> [REQUIRED ACTION] Return the lines of the data below exactly. Start at the first and end with the line containing "Rebuilt in FreeCAD, every".

DATA SUPPLIED section start

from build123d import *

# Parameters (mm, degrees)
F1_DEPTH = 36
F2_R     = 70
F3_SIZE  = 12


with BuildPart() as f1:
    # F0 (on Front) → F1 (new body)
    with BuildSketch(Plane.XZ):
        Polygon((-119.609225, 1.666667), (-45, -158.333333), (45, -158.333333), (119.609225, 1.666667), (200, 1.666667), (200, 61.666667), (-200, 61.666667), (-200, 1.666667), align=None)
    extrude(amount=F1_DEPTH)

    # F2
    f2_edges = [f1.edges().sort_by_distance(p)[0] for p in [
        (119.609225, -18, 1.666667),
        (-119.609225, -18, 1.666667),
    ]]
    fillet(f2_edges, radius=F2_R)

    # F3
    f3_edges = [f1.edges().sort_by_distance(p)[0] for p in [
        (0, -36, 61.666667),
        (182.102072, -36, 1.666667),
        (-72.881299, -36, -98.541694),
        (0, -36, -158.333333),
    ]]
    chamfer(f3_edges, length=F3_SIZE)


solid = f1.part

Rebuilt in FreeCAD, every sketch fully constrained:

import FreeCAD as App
import Part
import Sketcher
from FreeCAD import Vector
Q = App.Units.Quantity


def edges_at(feature, points):
    """Names of the edges that pass closest to the given points."""
    edges = feature.Shape.Edges
    near = lambda p: min(range(len(edges)), key=lambda i: edges[i].distToShape(Part.Vertex(*p))[0])
    return sorted({f"Edge{near(p) + 1}" for p in points})


def add_polygon(sketch, points):
    """Adds a closed chain of lines whose ends are joined by coincident constraints."""
    first, n = sketch.GeometryCount, len(points)
    for a, b in zip(points, points[1:] + points[:1]):
        sketch.addGeometry(Part.LineSegment(App.Vector(*a, 0), App.Vector(*b, 0)), False)
    for i in range(n):
        sketch.addConstraint(Sketcher.Constraint("Coincident", first + i, 2, first + (i + 1) % n, 1))

doc = App.newDocument("Part")
body = doc.addObject("PartDesign::Body", "Body")

# Sketch on XZ plane
sketch1 = body.newObject("Sketcher::SketchObject", "Sketch")
sketch1.AttachmentSupport = (doc.getObject("XZ_Plane"), [""])
sketch1.MapMode = "FlatFace"
add_polygon(sketch1, [(-120, 2), (-45, -158), (45, -158), (120, 2), (200, 2), (200, 62), (-200, 62), (-200, 2)])  # lines 0-7
sketch1.addConstraint(Sketcher.Constraint("Horizontal", 1))
sketch1.addConstraint(Sketcher.Constraint("Horizontal", 3))
sketch1.addConstraint(Sketcher.Constraint("Vertical", 4))
sketch1.addConstraint(Sketcher.Constraint("Horizontal", 5))
sketch1.addConstraint(Sketcher.Constraint("Vertical", 6))
sketch1.addConstraint(Sketcher.Constraint("Horizontal", 7))
sketch1.addConstraint(Sketcher.Constraint("Symmetric", 3, 2, 6, 2, -2))
sketch1.addConstraint(Sketcher.Constraint("Equal", 3, 7))
sketch1.addConstraint(Sketcher.Constraint("Equal", 0, 2))
sketch1.addConstraint(Sketcher.Constraint("DistanceX", 1, 1, 1, 2, 90.0))
sketch1.addConstraint(Sketcher.Constraint("DistanceX", 5, 2, 5, 1, 400.0))
sketch1.addConstraint(Sketcher.Constraint("DistanceY", 4, 1, 4, 2, 60.0))
sketch1.addConstraint(Sketcher.Constraint("Angle", 0, Q("-65 deg")))
sketch1.addConstraint(Sketcher.Constraint("DistanceY", 1, 2, 2, 2, 160.0))
sketch1.addConstraint(Sketcher.Constraint("DistanceY", 0, 2, -1, 1, 158.333333))
pad1 = body.newObject("PartDesign::Pad", "Pad")
pad1.Profile = sketch1
pad1.Length = 36
doc.recompute()

fillet = body.newObject("PartDesign::Fillet", "Fillet")
fillet.Base = (pad1, edges_at(pad1, [(119.609, -18, 1.667), (-119.609, -18, 1.667)]))
fillet.Radius = 70
doc.recompute()

chamfer = body.newObject("PartDesign::Chamfer", "Chamfer")
chamfer.Base = (fillet, edges_at(fillet, [
    (0, -36, 61.667),
    (182.102, -36, 1.667),
    (-72.881, -36, -98.542),
    (0, -36, -158.333),
]))
chamfer.Size = 12

doc.recompute()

DATA SUPPLIED section end

> [RESULT BELOW]
from build123d import *

# Parameters (mm, degrees)
F1_DEPTH = 36
F2_R     = 70
F3_SIZE  = 12


with BuildPart() as f1:
    # F0 (on Front) → F1 (new body)
    with BuildSketch(Plane.XZ):
        Polygon((-119.609225, 1.666667), (-45, -158.333333), (45, -158.333333), (119.609225, 1.666667), (200, 1.666667), (200, 61.666667), (-200, 61.666667), (-200, 1.666667), align=None)
    extrude(amount=F1_DEPTH)

    # F2
    f2_edges = [f1.edges().sort_by_distance(p)[0] for p in [
        (119.609225, -18, 1.666667),
        (-119.609225, -18, 1.666667),
    ]]
    fillet(f2_edges, radius=F2_R)

    # F3
    f3_edges = [f1.edges().sort_by_distance(p)[0] for p in [
        (0, -36, 61.666667),
        (182.102072, -36, 1.666667),
        (-72.881299, -36, -98.541694),
        (0, -36, -158.333333),
    ]]
    chamfer(f3_edges, length=F3_SIZE)


solid = f1.part

Rebuilt in FreeCAD, every sketch fully constrained:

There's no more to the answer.